START Data

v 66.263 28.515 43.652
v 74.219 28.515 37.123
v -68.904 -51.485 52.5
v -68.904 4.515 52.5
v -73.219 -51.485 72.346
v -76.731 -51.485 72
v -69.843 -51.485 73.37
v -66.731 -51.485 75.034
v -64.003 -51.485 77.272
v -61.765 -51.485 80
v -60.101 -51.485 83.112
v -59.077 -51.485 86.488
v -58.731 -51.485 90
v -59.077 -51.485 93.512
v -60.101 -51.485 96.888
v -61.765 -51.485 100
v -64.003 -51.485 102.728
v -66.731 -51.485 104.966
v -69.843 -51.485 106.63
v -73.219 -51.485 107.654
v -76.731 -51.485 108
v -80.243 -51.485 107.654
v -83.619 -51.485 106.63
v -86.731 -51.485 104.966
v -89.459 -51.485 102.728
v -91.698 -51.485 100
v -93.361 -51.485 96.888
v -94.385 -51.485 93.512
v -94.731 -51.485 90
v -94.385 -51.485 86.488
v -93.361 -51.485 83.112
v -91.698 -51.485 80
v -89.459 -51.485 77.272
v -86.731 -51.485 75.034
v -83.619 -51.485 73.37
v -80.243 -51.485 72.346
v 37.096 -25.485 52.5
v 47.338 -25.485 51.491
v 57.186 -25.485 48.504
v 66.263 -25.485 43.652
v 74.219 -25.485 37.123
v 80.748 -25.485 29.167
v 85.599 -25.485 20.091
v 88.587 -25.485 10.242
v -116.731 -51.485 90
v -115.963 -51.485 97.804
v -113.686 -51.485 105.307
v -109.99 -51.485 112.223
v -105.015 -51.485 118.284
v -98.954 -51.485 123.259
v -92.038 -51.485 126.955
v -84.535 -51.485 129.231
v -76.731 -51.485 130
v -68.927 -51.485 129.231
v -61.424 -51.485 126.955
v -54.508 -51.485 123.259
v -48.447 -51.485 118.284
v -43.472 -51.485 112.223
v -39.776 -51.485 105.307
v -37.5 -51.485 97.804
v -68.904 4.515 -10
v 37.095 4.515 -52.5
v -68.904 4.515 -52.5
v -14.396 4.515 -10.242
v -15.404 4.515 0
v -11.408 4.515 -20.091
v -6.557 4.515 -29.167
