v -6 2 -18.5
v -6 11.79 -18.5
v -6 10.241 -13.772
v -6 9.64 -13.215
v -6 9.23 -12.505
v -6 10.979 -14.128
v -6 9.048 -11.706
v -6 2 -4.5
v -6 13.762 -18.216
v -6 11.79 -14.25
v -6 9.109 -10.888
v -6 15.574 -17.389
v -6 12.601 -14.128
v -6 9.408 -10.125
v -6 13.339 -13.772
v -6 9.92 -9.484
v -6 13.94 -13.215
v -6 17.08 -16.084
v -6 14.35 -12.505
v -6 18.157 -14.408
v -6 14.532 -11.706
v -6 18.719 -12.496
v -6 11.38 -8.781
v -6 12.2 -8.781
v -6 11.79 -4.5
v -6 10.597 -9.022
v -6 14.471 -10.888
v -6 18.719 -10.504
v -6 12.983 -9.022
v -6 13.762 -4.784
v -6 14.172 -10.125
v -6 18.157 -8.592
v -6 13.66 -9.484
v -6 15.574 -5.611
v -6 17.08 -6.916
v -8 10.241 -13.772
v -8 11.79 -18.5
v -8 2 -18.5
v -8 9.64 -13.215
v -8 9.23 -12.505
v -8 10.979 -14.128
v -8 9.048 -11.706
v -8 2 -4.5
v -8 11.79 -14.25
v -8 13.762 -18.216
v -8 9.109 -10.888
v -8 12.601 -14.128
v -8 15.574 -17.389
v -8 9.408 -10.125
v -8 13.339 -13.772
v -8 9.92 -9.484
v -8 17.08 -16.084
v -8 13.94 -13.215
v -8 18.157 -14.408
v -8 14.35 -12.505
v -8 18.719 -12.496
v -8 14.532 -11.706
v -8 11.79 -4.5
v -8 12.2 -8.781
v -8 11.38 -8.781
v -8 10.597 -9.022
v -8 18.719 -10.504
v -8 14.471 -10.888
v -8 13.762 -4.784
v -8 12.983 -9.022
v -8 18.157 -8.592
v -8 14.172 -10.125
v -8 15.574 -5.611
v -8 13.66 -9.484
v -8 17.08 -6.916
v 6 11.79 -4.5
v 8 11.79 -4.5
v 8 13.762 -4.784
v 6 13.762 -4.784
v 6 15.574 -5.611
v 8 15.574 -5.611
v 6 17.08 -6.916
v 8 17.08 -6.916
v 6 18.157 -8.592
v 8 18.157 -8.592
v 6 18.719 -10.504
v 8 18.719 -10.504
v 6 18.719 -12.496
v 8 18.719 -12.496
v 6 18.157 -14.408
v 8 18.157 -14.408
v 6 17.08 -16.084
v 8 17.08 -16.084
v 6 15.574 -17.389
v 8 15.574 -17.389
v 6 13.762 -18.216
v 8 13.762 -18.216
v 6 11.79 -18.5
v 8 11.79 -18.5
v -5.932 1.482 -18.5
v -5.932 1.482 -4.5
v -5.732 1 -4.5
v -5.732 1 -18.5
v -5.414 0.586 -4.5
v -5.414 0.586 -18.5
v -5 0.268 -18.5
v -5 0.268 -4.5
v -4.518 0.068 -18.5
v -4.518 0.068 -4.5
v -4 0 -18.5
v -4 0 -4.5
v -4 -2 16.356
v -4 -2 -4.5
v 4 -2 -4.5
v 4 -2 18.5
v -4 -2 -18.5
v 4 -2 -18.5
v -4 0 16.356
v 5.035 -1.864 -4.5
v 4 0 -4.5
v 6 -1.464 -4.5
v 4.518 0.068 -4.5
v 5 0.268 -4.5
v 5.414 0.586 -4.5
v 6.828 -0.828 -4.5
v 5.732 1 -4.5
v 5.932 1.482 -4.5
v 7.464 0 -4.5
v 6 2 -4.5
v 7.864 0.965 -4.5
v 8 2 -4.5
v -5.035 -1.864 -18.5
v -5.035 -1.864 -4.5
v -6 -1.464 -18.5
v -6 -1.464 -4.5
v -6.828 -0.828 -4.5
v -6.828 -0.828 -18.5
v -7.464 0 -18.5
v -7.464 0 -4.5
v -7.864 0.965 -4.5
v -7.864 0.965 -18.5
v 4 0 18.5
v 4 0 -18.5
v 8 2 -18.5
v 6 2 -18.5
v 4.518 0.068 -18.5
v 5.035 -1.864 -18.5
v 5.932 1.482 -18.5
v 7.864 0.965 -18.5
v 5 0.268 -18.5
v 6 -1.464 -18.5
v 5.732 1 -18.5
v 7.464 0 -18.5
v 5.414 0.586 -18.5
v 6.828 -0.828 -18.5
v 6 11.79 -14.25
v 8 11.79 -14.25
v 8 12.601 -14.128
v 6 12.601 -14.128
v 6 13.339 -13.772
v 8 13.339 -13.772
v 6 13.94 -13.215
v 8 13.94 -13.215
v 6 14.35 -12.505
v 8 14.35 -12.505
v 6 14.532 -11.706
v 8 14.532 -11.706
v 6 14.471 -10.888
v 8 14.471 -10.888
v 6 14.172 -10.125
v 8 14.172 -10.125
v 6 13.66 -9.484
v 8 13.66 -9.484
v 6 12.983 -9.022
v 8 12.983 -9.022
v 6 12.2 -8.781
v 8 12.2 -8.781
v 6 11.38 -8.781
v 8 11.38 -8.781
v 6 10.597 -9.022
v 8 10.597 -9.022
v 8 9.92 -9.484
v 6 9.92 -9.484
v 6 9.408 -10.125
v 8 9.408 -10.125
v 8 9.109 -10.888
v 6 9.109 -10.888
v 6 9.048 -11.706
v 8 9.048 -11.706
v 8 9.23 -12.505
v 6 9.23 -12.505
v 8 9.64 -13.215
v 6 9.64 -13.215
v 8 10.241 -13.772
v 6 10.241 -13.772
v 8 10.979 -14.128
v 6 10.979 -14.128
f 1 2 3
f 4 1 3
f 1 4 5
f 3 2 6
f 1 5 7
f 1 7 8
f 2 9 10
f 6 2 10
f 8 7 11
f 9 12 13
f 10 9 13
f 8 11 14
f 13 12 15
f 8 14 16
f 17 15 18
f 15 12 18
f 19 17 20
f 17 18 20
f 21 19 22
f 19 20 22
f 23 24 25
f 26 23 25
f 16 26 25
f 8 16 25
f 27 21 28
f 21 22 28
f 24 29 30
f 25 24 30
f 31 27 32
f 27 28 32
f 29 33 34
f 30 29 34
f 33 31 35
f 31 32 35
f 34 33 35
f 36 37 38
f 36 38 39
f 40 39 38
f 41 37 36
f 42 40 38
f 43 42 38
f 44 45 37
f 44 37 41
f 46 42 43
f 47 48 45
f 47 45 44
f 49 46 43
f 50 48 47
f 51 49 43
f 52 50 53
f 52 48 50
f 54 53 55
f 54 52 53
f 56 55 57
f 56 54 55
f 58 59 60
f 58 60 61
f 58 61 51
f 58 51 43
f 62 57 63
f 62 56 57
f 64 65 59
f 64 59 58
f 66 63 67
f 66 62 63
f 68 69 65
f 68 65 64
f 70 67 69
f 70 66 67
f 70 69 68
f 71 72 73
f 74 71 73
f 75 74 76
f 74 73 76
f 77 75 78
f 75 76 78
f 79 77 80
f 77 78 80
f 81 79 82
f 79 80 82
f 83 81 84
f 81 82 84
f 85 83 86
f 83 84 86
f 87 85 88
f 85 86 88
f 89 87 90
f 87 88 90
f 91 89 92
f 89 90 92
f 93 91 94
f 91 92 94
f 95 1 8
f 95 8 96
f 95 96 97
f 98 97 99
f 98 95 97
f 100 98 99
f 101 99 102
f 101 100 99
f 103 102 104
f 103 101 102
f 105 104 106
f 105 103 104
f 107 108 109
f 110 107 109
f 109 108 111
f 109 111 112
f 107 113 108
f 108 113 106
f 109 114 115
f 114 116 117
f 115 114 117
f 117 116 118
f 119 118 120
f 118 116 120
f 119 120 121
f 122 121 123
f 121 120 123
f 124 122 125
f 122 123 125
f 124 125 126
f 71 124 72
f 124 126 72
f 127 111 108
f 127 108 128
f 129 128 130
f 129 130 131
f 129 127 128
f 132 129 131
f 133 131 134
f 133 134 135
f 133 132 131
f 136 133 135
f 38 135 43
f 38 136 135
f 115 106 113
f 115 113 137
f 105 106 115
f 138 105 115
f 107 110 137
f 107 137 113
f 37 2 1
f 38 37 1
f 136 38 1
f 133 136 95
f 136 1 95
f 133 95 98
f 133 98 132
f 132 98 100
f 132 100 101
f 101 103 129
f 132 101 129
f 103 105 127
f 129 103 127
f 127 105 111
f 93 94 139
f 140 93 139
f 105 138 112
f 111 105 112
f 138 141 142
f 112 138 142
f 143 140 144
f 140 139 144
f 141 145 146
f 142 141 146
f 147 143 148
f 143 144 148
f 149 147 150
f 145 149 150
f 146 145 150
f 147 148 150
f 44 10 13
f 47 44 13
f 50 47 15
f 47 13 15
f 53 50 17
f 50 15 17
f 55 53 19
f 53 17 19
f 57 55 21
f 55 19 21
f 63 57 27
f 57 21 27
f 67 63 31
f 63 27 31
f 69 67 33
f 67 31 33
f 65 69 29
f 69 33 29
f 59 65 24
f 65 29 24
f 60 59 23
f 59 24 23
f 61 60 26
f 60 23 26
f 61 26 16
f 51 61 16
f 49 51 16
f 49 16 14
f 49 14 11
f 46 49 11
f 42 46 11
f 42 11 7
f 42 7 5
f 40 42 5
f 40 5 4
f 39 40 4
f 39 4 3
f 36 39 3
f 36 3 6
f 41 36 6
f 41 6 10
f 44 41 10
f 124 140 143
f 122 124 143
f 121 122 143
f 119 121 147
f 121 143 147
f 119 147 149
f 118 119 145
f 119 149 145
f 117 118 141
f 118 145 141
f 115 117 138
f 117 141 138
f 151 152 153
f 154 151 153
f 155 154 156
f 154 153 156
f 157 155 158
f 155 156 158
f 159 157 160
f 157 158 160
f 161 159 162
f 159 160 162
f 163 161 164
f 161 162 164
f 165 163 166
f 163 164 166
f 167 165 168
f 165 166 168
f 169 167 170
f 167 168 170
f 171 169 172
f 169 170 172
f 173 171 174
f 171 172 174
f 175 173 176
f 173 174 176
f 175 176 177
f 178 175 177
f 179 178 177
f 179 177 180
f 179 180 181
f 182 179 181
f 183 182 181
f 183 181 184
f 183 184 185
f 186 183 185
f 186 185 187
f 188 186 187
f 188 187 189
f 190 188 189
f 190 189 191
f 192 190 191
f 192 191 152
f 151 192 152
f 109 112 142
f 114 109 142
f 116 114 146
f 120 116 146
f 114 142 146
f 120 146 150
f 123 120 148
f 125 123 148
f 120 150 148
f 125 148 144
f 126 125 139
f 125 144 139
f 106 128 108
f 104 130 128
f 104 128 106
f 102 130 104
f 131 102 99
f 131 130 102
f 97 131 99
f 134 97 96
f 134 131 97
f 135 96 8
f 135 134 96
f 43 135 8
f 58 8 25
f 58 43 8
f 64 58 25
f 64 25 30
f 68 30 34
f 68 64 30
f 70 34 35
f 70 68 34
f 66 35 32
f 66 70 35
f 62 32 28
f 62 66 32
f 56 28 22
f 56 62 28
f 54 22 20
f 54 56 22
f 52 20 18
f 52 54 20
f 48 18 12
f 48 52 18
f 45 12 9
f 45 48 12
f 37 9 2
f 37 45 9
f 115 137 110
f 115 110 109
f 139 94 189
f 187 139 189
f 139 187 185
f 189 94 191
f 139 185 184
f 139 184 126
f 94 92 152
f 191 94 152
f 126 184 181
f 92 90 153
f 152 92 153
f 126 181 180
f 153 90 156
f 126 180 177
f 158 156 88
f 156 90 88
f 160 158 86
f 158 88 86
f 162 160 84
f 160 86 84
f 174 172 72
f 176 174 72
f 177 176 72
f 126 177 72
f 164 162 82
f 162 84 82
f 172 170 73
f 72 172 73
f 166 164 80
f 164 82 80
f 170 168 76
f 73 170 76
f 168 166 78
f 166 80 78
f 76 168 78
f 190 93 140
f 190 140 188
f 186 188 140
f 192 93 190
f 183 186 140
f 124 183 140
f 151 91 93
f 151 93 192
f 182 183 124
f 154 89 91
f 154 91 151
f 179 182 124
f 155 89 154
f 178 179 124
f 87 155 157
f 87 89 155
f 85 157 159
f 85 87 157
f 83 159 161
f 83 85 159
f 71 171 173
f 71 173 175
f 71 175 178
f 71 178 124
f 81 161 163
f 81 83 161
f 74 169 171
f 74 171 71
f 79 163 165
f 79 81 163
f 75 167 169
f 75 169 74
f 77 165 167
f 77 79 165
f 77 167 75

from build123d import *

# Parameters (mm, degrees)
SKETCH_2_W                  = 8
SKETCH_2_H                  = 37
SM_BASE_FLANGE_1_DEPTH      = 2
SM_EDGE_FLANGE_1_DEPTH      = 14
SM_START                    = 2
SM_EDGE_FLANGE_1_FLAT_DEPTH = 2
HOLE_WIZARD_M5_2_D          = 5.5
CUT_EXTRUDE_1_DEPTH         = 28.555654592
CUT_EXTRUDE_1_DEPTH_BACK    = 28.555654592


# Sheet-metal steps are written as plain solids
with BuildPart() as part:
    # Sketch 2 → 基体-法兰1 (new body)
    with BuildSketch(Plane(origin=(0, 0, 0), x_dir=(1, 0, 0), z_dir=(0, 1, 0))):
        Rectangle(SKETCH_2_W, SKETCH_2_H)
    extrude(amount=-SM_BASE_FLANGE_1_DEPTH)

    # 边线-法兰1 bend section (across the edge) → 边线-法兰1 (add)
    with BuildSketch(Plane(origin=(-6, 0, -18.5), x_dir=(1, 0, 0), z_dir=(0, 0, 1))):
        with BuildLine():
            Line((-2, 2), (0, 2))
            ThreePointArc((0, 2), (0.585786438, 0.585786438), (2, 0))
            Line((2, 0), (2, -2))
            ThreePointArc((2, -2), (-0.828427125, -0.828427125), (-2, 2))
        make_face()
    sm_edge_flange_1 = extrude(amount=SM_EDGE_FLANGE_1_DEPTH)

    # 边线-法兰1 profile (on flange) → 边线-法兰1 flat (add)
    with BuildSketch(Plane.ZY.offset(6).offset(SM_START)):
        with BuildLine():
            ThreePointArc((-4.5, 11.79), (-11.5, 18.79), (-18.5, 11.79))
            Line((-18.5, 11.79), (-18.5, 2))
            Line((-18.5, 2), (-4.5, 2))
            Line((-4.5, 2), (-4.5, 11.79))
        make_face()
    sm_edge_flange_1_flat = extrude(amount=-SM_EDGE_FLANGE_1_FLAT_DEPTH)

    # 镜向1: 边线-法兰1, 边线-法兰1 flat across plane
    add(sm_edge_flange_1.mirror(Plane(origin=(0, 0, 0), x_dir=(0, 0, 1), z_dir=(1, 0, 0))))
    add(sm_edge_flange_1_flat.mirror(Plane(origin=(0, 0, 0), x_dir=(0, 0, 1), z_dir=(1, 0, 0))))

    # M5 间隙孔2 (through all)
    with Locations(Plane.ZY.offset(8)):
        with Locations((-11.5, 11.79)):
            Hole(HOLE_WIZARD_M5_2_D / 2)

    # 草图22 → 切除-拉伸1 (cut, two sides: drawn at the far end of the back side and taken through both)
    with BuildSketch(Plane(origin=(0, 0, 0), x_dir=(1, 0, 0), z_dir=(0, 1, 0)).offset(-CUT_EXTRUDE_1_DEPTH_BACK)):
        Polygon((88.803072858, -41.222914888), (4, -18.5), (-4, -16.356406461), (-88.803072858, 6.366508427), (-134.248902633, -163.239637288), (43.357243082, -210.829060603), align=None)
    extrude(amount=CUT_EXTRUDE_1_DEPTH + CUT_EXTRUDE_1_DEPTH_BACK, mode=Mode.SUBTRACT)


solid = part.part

END Data

About this task ▸
Looking at the data above, write out exactly the lines that start at the one containing "f 192 93 190" and end at the one containing "f 77 167 75"; include both and nothing beyond.

Exercise response ▸
f 192 93 190
f 183 186 140
f 124 183 140
f 151 91 93
f 151 93 192
f 182 183 124
f 154 89 91
f 154 91 151
f 179 182 124
f 155 89 154
f 178 179 124
f 87 155 157
f 87 89 155
f 85 157 159
f 85 87 157
f 83 159 161
f 83 85 159
f 71 171 173
f 71 173 175
f 71 175 178
f 71 178 124
f 81 161 163
f 81 83 161
f 74 169 171
f 74 171 71
f 79 163 165
f 79 81 163
f 75 167 169
f 75 169 74
f 77 165 167
f 77 79 165
f 77 167 75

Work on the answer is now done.